**Task to carry out**
Copy exactly the lines of the material below that run from the one containing "f 210 144 207" through the one containing "f 210 194 193". Copy no other lines.
[Supplied entries]
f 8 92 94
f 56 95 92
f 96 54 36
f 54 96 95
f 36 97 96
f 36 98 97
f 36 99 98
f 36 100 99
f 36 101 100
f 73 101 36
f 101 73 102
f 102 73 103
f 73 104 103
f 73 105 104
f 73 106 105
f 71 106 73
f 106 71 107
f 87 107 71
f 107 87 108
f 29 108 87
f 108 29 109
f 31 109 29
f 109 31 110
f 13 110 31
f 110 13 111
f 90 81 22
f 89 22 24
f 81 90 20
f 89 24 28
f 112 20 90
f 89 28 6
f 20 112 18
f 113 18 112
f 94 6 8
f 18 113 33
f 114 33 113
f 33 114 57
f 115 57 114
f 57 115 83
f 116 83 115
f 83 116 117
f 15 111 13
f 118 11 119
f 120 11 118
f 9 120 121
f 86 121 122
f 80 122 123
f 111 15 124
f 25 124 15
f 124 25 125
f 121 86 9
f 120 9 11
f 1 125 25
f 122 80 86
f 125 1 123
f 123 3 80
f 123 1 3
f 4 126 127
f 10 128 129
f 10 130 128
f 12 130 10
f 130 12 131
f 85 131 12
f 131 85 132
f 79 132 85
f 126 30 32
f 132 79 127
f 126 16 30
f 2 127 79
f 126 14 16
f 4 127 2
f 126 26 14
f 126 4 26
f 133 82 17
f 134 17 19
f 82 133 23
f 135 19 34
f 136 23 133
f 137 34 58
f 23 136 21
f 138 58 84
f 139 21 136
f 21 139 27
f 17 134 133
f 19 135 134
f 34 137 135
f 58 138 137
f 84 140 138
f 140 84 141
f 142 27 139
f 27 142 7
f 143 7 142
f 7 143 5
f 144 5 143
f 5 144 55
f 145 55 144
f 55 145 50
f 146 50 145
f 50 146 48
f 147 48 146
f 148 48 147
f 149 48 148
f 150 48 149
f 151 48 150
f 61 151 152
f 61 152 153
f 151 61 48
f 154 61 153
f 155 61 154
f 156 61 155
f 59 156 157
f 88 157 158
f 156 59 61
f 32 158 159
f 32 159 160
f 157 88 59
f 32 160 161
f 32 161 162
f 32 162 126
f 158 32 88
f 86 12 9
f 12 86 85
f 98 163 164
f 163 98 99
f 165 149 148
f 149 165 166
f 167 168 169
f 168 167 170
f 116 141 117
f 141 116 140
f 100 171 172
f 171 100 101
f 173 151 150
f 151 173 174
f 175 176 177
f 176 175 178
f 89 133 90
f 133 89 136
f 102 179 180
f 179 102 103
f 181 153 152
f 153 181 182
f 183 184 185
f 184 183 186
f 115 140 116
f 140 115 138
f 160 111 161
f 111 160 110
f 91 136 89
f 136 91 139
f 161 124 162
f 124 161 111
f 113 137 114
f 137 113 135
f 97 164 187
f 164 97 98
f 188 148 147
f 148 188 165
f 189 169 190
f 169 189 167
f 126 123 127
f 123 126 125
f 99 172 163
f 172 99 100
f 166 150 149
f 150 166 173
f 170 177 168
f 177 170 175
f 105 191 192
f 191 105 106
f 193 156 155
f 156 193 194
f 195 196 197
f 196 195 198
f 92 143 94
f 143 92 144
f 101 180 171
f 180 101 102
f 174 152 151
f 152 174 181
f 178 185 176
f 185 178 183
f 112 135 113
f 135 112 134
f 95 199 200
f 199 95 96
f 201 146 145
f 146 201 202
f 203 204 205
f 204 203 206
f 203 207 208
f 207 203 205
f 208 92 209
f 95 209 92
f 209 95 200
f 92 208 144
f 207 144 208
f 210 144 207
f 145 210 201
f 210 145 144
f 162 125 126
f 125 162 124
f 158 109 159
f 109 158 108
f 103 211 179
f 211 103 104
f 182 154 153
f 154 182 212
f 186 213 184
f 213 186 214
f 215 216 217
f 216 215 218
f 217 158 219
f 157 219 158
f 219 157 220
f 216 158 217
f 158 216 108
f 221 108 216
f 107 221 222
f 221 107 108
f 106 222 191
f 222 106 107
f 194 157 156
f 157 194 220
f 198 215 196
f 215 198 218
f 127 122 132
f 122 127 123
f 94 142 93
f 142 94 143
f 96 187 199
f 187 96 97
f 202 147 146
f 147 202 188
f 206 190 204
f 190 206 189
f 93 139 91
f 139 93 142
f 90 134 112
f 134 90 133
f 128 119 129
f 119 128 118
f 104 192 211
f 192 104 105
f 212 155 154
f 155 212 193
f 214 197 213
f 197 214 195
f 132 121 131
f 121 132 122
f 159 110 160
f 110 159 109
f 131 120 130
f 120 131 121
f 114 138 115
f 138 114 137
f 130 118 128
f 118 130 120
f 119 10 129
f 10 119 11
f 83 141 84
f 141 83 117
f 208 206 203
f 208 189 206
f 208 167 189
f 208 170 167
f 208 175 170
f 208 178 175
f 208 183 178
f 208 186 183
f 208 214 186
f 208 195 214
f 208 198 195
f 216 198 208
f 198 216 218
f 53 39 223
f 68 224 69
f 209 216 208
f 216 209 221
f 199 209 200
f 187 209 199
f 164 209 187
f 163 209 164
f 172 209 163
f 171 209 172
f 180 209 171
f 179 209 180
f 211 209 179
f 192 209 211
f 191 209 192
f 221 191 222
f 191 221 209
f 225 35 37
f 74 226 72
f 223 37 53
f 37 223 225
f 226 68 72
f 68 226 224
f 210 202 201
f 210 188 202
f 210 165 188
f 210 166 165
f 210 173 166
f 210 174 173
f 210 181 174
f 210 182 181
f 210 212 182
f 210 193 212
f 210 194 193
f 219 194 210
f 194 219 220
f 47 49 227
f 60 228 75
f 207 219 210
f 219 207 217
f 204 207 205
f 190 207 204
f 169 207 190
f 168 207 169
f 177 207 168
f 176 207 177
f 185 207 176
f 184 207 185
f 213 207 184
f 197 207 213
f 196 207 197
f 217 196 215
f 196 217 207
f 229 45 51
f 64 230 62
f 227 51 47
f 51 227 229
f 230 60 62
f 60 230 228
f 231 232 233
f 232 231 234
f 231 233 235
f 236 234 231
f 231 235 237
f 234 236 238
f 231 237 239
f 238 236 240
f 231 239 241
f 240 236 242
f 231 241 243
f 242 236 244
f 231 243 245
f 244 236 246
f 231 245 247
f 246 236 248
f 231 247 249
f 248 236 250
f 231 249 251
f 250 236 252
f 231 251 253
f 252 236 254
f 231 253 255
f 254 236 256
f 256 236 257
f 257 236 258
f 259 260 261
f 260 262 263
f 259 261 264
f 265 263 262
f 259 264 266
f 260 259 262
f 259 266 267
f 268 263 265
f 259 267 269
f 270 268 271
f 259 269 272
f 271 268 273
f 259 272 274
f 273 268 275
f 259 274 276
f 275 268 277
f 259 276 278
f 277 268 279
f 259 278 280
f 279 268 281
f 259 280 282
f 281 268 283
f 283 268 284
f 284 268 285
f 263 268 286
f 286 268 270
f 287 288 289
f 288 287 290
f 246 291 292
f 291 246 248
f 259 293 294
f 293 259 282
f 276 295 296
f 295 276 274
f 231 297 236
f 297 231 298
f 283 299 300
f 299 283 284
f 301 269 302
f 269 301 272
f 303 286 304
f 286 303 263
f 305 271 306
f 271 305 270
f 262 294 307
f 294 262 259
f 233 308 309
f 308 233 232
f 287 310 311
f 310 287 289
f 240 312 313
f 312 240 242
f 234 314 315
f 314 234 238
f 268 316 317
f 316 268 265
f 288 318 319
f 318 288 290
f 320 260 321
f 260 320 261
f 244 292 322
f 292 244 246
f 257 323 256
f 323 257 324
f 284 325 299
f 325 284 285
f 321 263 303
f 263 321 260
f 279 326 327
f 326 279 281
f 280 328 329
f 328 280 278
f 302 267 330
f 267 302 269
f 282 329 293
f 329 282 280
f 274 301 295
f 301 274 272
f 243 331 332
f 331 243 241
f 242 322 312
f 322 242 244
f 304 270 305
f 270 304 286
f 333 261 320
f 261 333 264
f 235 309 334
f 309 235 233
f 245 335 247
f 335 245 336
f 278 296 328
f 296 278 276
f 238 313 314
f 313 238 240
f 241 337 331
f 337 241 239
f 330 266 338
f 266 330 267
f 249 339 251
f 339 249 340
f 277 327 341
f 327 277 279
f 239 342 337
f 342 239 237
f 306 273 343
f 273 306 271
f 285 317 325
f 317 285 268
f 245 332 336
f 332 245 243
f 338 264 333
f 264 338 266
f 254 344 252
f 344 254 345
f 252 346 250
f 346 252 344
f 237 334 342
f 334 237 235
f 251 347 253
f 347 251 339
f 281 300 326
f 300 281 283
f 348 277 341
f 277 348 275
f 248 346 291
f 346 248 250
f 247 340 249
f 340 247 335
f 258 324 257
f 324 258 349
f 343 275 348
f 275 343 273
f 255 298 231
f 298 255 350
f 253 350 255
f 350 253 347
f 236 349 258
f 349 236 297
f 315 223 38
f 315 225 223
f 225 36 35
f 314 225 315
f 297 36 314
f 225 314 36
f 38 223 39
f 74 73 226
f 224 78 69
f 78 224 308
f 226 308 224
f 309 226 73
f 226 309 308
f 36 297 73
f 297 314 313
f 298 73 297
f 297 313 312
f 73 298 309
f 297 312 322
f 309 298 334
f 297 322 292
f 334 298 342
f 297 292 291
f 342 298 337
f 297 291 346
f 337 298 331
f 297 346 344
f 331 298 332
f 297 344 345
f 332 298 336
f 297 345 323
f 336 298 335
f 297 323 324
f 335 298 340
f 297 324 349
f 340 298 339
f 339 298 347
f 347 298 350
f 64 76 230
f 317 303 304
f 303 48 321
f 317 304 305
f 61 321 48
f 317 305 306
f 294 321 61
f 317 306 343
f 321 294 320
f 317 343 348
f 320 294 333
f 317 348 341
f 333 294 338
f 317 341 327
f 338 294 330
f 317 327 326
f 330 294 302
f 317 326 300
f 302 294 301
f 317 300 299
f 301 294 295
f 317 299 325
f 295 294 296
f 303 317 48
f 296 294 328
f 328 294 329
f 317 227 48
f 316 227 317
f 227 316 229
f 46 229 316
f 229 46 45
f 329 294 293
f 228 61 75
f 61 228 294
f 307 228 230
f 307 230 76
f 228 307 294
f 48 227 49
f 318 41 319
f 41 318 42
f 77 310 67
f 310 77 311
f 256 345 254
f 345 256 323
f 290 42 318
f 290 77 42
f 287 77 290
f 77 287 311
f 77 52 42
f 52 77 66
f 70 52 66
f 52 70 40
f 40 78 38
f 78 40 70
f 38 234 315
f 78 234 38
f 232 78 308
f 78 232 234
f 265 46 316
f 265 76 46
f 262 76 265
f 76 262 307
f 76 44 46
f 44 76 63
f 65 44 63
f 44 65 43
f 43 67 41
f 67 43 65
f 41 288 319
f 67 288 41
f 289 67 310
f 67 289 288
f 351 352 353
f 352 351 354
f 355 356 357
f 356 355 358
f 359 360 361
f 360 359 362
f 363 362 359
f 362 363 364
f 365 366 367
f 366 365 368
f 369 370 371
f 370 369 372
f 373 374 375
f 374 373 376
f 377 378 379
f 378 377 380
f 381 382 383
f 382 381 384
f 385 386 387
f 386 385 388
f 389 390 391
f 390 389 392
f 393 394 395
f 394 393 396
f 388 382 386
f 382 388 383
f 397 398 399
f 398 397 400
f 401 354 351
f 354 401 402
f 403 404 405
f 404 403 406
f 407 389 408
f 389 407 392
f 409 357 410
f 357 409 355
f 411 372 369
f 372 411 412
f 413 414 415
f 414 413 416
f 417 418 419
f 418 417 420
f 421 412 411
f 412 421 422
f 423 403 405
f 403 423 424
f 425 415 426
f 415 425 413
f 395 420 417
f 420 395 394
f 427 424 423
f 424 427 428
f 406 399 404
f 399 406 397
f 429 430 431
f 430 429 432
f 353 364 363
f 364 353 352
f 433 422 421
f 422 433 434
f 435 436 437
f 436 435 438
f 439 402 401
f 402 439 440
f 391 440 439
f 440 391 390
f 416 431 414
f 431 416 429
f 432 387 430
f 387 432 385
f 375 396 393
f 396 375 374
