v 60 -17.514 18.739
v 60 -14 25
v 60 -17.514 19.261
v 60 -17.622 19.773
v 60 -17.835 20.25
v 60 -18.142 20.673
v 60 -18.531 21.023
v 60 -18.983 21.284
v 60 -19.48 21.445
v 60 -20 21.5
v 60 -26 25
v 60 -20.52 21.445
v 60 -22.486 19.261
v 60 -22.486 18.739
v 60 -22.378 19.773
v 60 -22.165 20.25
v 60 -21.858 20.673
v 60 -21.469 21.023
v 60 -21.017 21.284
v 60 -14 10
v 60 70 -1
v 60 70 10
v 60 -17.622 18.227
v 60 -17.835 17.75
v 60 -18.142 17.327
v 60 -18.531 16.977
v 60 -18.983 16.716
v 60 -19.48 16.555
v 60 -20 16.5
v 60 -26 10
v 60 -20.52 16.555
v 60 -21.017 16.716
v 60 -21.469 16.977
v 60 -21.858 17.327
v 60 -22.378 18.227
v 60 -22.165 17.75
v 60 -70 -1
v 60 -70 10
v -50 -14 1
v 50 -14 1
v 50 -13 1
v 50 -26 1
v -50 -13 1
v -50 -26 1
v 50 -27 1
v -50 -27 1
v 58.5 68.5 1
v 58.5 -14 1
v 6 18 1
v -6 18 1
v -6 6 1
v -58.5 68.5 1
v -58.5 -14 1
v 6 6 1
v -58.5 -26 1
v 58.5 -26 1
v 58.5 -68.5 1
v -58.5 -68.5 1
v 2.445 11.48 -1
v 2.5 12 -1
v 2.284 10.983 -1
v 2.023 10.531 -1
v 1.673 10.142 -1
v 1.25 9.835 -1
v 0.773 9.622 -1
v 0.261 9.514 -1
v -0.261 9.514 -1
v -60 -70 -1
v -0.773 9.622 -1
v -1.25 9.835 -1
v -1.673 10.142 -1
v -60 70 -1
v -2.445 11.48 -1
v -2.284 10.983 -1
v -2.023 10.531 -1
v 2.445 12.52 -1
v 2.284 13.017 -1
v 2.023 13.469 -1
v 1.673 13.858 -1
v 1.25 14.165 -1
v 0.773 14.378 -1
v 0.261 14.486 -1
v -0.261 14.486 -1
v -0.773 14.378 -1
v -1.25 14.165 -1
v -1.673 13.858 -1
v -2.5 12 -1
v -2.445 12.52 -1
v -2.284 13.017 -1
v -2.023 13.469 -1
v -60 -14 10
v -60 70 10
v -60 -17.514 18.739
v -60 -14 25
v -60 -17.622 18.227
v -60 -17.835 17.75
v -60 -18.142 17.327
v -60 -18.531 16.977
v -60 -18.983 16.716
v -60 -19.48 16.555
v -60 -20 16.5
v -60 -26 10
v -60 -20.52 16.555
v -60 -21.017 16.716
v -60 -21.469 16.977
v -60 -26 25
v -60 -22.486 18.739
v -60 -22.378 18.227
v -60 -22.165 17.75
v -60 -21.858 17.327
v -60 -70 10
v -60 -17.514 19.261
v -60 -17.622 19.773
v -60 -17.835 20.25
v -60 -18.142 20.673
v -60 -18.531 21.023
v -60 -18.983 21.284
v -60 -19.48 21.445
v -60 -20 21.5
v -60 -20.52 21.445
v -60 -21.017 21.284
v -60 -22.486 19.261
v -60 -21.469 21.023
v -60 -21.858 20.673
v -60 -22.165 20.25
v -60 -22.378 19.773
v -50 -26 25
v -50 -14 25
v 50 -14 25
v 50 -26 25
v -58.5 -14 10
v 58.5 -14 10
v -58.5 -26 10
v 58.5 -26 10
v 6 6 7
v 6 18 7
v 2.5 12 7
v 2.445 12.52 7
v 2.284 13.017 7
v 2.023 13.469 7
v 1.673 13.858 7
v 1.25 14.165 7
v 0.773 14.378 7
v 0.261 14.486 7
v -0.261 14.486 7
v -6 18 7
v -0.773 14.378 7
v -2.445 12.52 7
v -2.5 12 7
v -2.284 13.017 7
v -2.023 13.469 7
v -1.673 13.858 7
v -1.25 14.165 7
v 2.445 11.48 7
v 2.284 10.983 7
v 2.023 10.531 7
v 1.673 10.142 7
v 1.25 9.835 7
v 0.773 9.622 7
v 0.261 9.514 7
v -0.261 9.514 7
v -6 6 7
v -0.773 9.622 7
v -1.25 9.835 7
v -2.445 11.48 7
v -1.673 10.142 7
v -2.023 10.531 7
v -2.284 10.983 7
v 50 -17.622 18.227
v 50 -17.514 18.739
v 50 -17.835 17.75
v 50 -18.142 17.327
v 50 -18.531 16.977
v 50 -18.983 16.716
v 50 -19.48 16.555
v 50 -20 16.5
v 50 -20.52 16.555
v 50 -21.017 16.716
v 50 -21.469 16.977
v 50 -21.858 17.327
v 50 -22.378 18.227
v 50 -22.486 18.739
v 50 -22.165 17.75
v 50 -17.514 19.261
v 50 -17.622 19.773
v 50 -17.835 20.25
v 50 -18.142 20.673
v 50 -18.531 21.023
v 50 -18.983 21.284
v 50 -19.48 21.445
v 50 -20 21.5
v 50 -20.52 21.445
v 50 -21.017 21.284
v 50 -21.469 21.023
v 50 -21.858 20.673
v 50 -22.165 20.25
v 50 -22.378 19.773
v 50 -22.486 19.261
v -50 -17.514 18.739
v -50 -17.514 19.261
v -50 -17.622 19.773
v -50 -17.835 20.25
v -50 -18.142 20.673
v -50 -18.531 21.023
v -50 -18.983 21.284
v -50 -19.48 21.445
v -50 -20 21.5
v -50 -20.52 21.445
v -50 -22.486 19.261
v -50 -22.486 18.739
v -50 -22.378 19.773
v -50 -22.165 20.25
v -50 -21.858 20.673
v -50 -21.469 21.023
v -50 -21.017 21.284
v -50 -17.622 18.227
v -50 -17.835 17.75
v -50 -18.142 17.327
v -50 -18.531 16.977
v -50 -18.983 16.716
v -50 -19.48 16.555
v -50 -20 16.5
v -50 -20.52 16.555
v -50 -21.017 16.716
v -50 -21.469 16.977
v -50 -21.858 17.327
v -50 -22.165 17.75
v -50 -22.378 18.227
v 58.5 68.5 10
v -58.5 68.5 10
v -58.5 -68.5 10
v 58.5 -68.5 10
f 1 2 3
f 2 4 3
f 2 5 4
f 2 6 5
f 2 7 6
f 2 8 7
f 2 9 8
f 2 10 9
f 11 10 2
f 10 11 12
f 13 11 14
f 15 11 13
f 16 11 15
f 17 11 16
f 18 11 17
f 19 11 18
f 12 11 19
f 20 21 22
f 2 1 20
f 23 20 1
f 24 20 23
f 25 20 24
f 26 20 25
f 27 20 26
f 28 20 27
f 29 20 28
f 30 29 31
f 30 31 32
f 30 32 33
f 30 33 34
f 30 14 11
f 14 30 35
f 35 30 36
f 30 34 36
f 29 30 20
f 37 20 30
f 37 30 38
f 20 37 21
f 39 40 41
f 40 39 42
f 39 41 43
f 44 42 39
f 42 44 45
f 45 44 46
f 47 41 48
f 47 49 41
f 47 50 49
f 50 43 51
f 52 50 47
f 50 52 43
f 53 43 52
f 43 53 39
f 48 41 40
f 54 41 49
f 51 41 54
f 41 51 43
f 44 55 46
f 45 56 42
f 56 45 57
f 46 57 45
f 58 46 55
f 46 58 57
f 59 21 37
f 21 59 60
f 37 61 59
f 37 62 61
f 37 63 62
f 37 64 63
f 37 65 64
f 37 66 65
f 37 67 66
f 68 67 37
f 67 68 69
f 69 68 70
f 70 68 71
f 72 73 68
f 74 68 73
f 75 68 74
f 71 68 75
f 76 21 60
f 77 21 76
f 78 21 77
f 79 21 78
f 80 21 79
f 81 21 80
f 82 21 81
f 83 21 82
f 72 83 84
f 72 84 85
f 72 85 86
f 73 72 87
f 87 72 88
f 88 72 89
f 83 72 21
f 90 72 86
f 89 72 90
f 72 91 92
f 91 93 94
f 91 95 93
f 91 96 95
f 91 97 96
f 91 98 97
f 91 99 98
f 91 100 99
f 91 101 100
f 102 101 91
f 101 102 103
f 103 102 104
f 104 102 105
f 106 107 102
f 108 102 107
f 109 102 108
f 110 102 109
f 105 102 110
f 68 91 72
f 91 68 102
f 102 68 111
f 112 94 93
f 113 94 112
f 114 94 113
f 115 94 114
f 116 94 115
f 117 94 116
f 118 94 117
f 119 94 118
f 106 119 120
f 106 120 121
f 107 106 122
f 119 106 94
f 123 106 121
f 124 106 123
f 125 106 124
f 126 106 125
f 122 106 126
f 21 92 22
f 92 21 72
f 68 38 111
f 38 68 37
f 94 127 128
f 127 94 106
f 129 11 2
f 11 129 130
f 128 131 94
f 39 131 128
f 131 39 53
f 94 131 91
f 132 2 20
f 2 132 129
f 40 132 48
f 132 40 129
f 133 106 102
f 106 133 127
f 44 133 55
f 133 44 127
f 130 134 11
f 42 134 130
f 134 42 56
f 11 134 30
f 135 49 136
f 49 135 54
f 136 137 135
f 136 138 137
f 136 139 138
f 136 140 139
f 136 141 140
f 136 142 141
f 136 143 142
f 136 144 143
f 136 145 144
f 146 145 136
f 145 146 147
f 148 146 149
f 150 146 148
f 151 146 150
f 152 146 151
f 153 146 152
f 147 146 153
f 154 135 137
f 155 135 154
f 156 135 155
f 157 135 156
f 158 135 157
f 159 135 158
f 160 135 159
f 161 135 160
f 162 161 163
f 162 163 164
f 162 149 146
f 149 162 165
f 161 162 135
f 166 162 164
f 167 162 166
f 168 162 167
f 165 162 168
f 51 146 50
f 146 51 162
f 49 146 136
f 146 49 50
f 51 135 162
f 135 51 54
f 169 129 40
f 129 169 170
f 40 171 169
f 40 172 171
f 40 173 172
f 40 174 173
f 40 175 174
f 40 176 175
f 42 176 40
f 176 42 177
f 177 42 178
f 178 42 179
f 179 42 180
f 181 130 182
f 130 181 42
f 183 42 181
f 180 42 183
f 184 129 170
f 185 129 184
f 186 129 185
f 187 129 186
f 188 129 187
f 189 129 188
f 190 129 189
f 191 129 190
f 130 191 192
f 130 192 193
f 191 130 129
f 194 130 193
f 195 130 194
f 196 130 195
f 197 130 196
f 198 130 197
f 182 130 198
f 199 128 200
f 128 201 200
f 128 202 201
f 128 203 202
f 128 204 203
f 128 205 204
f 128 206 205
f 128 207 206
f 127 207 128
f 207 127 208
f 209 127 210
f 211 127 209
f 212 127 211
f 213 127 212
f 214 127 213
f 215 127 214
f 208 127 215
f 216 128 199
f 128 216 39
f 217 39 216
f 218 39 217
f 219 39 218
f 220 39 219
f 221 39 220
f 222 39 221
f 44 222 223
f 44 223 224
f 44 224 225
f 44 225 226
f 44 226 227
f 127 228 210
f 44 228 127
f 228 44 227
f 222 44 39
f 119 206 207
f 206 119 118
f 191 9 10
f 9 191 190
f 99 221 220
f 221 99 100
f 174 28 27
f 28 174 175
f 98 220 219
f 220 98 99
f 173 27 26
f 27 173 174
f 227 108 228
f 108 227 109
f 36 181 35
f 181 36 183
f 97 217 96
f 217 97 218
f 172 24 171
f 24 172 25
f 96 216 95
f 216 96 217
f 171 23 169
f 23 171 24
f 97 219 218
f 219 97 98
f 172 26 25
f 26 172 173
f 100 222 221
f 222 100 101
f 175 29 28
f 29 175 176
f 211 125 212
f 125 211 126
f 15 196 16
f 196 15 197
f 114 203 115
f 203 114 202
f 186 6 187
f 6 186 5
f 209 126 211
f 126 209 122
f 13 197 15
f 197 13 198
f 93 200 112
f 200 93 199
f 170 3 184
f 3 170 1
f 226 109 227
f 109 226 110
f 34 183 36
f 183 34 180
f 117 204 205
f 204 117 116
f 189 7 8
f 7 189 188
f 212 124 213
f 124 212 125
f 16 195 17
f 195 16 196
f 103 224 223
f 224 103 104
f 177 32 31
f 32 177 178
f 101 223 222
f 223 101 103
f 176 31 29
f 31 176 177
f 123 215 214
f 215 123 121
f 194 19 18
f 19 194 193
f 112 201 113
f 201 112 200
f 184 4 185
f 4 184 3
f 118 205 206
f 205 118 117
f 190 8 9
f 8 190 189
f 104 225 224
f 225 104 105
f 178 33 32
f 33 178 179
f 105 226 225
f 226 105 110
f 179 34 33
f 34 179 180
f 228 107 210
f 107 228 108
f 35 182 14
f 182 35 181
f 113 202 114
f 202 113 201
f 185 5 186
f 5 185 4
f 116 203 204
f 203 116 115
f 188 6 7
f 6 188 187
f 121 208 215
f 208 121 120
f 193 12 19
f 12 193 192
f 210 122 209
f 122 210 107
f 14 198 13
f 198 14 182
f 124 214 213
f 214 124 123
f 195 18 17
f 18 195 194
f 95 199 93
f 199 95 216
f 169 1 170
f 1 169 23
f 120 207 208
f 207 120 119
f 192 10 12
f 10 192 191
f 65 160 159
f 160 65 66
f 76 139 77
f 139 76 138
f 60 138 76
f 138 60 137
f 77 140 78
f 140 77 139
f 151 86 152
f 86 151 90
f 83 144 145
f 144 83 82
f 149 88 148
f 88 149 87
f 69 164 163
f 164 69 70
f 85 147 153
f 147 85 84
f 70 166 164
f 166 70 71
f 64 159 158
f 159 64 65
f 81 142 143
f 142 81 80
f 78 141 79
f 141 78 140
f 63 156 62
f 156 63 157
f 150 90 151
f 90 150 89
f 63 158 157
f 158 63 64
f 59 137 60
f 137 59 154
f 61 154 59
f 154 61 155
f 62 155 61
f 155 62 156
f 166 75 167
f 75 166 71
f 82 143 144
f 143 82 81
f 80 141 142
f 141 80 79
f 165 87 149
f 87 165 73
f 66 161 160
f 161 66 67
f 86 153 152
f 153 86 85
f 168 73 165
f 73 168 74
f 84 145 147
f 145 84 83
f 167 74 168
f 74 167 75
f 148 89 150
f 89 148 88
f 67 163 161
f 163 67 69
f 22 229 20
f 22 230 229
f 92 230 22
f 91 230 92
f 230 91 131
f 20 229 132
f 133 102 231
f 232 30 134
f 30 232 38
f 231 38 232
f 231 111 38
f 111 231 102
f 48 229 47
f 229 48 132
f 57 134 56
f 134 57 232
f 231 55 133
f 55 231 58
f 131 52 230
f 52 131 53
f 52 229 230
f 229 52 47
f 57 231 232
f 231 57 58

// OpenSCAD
$fn=30;

difference(){

union(){
cube([120,140,2],center=true);
translate([0,-20,13])
cube([120,12,24],center=true);
translate([0,12,4])
cube([12,12,6],center=true);
}

translate([0,-20,15])
cube([100,14,28],center=true);
translate([0,-20,19])rotate([0,90,0])
cylinder(d=5,h=122,center=true);
translate([0,12,7])
cylinder(d=5,h=20,center=true);
}

translate([0,0,5])
difference(){
cube([120,140,10],center=true);
cube([117,137,22],center=true);
}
[/Supplied entries]
**Response to the exercise**
f 210 144 207
f 145 210 201
f 210 145 144
f 162 125 126
f 125 162 124
f 158 109 159
f 109 158 108
f 103 211 179
f 211 103 104
f 182 154 153
f 154 182 212
f 186 213 184
f 213 186 214
f 215 216 217
f 216 215 218
f 217 158 219
f 157 219 158
f 219 157 220
f 216 158 217
f 158 216 108
f 221 108 216
f 107 221 222
f 221 107 108
f 106 222 191
f 222 106 107
f 194 157 156
f 157 194 220
f 198 215 196
f 215 198 218
f 127 122 132
f 122 127 123
f 94 142 93
f 142 94 143
f 96 187 199
f 187 96 97
f 202 147 146
f 147 202 188
f 206 190 204
f 190 206 189
f 93 139 91
f 139 93 142
f 90 134 112
f 134 90 133
f 128 119 129
f 119 128 118
f 104 192 211
f 192 104 105
f 212 155 154
f 155 212 193
f 214 197 213
f 197 214 195
f 132 121 131
f 121 132 122
f 159 110 160
f 110 159 109
f 131 120 130
f 120 131 121
f 114 138 115
f 138 114 137
f 130 118 128
f 118 130 120
f 119 10 129
f 10 119 11
f 83 141 84
f 141 83 117
f 208 206 203
f 208 189 206
f 208 167 189
f 208 170 167
f 208 175 170
f 208 178 175
f 208 183 178
f 208 186 183
f 208 214 186
f 208 195 214
f 208 198 195
f 216 198 208
f 198 216 218
f 53 39 223
f 68 224 69
f 209 216 208
f 216 209 221
f 199 209 200
f 187 209 199
f 164 209 187
f 163 209 164
f 172 209 163
f 171 209 172
f 180 209 171
f 179 209 180
f 211 209 179
f 192 209 211
f 191 209 192
f 221 191 222
f 191 221 209
f 225 35 37
f 74 226 72
f 223 37 53
f 37 223 225
f 226 68 72
f 68 226 224
f 210 202 201
f 210 188 202
f 210 165 188
f 210 166 165
f 210 173 166
f 210 174 173
f 210 181 174
f 210 182 181
f 210 212 182
f 210 193 212
f 210 194 193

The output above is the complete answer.